Mr. Flinn: Deputy Norton was against family-cut turf. Personally, I should like to see a great deal of that done. I do not know what were the particular circumstances in relation to the wage point to which Deputy Norton alluded. I do not know of any regulation from headquarters which affected the wages of anybody engaged in turf cutting. Of course, there was a period when they were off turf cutting and they were back on the county council work. I shall look up that matter in order to see what happened. Deputy Brodrick complains of lorries not being crated. I have been trying very hard to get that done. There are 600 wagons of the Great Southern Railways actually crated. They are being crated at the rate of 100 a week, which is not anything like as fast as I would wish it done.
Mr. Flinn: The railway company have actually taken the roofs off passenger wagons and converted them into ordinary wagons. They have also taken the roofs off cattle wagons. That does not show that there is that indifference which the Deputy thinks there is in this matter. I do not think there is any indifference. I am not sure whether there was, from the very beginning, that enthusiastic urge towards improvisation of that kind, but I am satisfied that at the present moment they are anxious, within the limitations of their transport facilities, to do the best they can. I was down to-day at the dump and I saw  a lot of wagons which were uncrated —there were more uncrated wagons than I was satisfied to see. But I also saw a great many newly crated wagons and I hope they are going to have a lot of children in the next few days.
We have a controversy between Deputies on the subject of the best method of turf production and distribution. Deputy Morrissey is concerned with why we did not bring in more turf in the earlier stages. From the day on which we took over control of turf, every possible effort has been made from the point of view of distribution. There has not been one wagon that we could get hold of that was not used.
Mr. Flinn: Throughout the whole of August and September we were increasing the amount of turf which the railway people were carrying for us. We have all been serving together in the solution of a common difficulty. We have all spent a year at this work, and we have learned quite a lot. There were a great many things we did not know when we began, and there are a great many things that even now we do not know. With good feeling and co-operation between us all, it will be our business during the next year to turn all that knowledge to the best account. I believe we will start earlier, we will start with more men, with better organisation, and with probably 5,000 miles of new bog faces which were created in last year's campaign and put into a condition to enable us to start cutting turf, if we choose, in February, and go on all through March, April, May, June and July, in order to provide an amount of turf over the whole country which will meet the requirements of the community. We hope, by carrying on a transport system, not as something which started in August, but which will be available right through, that we will accumulate in the critical places during the time in which there is some latitude in regard to transport, reserves of turf which will enable us to face next winter  with some confidence that we will get through without real hardship to anybody.

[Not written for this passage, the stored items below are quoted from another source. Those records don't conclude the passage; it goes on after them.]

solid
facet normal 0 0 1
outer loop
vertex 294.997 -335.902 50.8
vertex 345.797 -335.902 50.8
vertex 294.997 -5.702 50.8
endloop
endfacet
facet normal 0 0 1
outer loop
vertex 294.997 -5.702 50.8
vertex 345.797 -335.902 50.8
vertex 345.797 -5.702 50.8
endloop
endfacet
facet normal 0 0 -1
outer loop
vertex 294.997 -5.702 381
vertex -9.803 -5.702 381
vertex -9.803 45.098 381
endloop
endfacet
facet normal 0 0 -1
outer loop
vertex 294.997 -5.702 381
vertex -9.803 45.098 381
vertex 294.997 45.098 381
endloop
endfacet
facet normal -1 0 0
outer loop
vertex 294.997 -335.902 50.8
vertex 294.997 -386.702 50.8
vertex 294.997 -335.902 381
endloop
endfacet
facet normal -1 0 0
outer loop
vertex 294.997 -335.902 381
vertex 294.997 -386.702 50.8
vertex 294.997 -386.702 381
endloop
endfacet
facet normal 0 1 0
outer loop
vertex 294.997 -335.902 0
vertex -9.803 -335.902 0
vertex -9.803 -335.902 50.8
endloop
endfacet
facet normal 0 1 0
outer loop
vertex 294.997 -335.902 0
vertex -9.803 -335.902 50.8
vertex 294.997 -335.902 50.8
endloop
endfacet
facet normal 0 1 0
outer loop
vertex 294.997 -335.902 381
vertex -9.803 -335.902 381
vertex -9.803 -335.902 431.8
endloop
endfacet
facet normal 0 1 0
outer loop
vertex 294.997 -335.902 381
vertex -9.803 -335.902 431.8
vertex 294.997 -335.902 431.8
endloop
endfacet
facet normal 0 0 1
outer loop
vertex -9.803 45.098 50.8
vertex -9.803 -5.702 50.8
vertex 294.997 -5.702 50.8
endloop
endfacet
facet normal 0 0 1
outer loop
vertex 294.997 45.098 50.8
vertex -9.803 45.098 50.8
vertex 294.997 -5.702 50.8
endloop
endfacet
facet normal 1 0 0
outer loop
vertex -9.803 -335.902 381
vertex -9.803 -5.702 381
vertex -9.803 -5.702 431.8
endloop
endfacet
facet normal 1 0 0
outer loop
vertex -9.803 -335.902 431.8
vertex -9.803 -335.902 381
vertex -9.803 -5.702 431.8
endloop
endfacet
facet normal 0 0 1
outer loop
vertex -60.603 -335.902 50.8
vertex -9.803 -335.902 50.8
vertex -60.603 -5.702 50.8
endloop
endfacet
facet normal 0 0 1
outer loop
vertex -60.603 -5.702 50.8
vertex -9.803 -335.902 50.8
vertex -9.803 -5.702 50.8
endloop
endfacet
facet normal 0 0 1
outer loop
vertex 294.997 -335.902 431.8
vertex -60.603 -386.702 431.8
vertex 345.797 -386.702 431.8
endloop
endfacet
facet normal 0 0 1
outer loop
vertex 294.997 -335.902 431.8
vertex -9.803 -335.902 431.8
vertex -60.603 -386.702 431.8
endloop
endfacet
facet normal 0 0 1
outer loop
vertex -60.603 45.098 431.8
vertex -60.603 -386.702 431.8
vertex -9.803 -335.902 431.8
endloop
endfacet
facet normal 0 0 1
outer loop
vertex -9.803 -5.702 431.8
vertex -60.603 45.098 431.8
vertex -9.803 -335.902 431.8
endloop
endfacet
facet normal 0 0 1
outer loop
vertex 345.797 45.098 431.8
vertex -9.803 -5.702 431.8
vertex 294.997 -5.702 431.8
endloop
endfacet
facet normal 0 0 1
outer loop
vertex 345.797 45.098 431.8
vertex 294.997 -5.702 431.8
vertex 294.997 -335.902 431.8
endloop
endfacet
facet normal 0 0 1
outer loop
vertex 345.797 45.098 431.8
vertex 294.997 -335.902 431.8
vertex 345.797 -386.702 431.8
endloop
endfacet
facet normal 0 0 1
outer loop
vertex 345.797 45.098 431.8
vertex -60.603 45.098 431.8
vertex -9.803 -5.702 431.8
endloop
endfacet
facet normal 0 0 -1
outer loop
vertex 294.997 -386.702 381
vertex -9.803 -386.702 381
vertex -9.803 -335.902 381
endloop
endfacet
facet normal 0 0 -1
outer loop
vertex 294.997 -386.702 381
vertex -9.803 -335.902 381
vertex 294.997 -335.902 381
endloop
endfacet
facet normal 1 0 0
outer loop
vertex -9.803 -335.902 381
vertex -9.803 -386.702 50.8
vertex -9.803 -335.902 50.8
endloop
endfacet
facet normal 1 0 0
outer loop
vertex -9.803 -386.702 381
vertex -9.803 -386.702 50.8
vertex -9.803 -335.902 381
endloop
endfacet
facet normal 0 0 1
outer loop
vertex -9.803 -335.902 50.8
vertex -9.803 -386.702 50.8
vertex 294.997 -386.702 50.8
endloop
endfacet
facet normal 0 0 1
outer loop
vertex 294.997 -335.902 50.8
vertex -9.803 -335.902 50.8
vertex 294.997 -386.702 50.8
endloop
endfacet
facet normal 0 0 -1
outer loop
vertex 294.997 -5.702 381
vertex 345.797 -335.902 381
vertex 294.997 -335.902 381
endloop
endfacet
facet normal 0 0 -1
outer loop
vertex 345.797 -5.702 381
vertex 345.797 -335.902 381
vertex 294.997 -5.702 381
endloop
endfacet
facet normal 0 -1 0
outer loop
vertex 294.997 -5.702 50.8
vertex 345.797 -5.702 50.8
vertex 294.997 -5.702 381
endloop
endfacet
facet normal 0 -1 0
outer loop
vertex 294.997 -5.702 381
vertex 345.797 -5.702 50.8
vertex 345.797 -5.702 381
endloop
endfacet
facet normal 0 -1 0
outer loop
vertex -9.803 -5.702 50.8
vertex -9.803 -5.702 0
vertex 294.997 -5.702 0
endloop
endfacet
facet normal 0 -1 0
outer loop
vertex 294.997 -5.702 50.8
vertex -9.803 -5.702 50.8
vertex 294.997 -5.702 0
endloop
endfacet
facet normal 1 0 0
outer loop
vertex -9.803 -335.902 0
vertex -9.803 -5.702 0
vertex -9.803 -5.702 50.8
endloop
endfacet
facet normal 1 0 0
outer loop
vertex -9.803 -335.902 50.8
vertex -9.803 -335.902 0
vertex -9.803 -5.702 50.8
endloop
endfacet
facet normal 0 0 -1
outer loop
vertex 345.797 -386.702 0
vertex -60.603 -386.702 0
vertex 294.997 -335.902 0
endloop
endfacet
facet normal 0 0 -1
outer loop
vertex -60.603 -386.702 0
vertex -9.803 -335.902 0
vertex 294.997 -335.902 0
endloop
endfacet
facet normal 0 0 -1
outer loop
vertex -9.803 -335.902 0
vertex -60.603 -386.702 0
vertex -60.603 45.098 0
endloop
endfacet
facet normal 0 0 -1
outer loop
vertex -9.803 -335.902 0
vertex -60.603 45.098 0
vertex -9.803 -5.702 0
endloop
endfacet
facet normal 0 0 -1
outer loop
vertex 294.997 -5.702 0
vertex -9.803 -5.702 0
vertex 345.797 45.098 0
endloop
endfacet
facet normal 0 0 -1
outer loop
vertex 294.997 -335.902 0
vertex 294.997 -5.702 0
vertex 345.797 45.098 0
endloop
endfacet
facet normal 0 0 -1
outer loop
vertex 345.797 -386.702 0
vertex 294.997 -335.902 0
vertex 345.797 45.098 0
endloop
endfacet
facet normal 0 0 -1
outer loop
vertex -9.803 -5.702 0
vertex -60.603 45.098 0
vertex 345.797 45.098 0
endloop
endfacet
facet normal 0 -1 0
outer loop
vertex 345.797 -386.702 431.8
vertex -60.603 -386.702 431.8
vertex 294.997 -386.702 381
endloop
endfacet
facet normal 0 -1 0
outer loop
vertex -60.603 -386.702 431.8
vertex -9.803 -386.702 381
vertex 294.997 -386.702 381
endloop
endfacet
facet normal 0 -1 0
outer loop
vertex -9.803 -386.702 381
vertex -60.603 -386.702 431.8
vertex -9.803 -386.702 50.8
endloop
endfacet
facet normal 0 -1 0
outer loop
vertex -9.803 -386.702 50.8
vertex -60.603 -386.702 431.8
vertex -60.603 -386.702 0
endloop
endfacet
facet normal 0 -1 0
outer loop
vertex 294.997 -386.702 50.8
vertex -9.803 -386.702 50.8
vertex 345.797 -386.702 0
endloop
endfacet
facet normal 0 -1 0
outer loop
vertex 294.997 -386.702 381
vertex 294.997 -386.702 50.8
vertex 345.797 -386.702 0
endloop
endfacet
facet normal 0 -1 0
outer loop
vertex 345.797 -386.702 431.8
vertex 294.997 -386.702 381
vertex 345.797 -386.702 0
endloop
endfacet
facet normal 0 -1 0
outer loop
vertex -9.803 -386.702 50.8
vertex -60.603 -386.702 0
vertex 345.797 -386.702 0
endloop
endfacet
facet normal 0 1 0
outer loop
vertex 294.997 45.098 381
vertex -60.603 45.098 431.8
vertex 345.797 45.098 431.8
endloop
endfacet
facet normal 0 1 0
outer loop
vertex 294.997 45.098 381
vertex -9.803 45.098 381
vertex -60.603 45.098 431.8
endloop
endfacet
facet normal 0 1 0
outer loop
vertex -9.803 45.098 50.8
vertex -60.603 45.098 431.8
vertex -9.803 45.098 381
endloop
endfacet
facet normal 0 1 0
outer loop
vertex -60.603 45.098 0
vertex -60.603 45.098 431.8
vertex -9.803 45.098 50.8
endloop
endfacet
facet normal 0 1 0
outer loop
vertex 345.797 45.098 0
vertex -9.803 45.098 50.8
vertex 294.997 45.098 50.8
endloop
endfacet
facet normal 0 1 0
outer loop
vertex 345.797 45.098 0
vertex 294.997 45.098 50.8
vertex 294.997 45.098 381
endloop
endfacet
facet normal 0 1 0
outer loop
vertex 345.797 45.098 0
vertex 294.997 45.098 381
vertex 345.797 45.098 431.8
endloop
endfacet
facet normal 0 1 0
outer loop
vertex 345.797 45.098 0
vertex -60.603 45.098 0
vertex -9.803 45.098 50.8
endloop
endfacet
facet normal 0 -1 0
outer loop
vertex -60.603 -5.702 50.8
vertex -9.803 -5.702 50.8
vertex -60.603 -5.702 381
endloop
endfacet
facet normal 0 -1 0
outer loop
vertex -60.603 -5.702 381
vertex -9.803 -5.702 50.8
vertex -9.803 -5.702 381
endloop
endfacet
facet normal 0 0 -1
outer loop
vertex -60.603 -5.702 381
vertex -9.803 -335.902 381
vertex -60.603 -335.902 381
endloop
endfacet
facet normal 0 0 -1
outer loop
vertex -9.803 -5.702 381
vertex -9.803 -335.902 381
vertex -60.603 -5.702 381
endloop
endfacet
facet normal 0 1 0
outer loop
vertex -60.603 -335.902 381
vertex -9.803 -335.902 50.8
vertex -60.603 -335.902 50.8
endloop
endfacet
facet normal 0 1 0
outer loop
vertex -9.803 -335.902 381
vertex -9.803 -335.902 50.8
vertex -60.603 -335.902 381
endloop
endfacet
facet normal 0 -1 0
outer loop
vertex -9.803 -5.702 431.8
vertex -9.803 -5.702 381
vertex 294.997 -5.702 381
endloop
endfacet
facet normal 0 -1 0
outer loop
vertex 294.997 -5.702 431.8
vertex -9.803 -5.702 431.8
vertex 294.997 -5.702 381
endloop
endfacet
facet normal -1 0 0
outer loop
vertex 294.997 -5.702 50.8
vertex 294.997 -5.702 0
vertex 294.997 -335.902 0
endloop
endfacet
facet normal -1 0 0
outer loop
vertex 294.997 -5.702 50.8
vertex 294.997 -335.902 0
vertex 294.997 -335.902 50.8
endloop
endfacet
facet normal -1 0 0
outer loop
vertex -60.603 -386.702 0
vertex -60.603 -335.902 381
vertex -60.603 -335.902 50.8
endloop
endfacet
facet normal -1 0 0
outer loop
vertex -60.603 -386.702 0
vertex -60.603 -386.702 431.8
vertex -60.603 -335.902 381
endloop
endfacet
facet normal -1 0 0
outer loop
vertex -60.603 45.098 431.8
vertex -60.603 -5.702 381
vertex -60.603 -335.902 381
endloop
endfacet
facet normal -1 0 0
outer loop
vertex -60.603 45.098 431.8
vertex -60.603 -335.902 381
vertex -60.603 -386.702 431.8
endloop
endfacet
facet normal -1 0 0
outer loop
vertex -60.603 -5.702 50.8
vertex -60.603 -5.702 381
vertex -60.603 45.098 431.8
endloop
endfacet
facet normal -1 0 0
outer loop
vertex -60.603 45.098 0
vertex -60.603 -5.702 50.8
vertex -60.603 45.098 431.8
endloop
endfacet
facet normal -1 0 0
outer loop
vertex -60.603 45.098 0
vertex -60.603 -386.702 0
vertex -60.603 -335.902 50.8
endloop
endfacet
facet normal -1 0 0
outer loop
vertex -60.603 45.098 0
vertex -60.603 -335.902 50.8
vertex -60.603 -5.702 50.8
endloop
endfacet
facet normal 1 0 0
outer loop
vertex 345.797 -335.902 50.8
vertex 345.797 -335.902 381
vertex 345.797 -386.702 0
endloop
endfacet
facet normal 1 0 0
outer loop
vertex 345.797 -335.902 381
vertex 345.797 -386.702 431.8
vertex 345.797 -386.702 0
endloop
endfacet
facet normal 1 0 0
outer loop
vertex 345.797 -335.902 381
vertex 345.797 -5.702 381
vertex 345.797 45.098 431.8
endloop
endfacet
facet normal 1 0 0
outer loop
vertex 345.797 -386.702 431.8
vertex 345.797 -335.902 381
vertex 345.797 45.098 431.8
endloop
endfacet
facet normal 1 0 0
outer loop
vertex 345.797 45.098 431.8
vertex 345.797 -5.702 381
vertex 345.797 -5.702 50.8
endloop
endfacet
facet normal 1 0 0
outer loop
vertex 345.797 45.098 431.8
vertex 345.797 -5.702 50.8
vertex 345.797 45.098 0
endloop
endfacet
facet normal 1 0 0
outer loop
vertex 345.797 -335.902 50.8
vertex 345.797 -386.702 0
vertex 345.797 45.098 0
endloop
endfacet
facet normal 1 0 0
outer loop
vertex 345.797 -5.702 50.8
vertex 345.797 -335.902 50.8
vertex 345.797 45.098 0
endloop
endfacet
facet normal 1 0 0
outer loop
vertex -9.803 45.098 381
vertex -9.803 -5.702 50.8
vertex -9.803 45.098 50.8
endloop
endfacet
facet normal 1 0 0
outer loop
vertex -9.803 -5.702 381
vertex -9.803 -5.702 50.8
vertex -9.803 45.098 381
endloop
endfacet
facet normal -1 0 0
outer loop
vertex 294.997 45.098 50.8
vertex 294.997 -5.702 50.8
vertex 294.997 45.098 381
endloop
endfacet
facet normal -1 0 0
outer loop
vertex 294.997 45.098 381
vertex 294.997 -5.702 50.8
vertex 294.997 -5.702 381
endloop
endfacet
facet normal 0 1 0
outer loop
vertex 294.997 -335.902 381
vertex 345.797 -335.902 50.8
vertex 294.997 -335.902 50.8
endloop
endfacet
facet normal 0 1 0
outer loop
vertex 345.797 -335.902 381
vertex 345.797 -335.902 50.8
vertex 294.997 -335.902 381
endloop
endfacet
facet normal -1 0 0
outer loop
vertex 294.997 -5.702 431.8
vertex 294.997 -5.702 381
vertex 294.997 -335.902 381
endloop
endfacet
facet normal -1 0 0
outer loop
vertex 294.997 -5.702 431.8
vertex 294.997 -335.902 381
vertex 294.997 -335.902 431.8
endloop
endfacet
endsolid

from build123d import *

# Parameters (mm, degrees)
F0_W     = 406.4
F0_H     = 431.8
F1_DEPTH = 431.8
F2_W     = 304.8
F2_H     = 330.2
F3_DEPTH = 1270
F4_W     = 304.8
F4_H     = 330.2
F5_DEPTH = 754.38
F6_W     = 330.2
F6_H     = 330.2
F7_DEPTH = 1270


with BuildPart() as f1:
    # F0 (on Top) → F1 (new body)
    with BuildSketch(Plane.XY):
        with Locations((142.597137, -170.802241)):
            Rectangle(F0_W, F0_H)
    extrude(amount=F1_DEPTH)

    # F2 (on face) → F3 (cut)
    with BuildSketch(Plane.XZ.offset(386.702241)):
        with Locations((142.597137, 215.9)):
            Rectangle(F2_W, F2_H)
    extrude(amount=-F3_DEPTH, mode=Mode.SUBTRACT)

    # F4 (on face) → F5 (cut)
    with BuildSketch(Plane(origin=(0, 0, 0), x_dir=(1, 0, 0), z_dir=(0, 0, -1))):
        with Locations((142.597137, 170.802241)):
            Rectangle(F4_W, F4_H)
    extrude(amount=-F5_DEPTH, mode=Mode.SUBTRACT)

    # F6 (on face) → F7 (cut)
    with BuildSketch(Plane.YZ.offset(345.797137)):
        with Locations((-170.802241, 215.9)):
            Rectangle(F6_W, F6_H)
    extrude(amount=-F7_DEPTH, mode=Mode.SUBTRACT)


solid = f1.part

Mr. Flinn: Most of the money advanced by county councils will be recouped in the process of sale. I do not regard any county council as being in any difficulty or danger whatever in relation to money advanced—none whatever.
Mr. Hickey: What about the price of the turf that is in the stores of the merchants? I have seen turf purchased in Cork at 9d. a peck, and that works out about £3 a ton. I have seen some  of that turf and I went to the trouble of weighing it. I have also seen coal blocks. I could get one cwt. of blocks delivered for 4/9 and the merchants selling them pay £3 7s. 6d. to a carter and storeman. Fifty of those blocks would go to the cwt.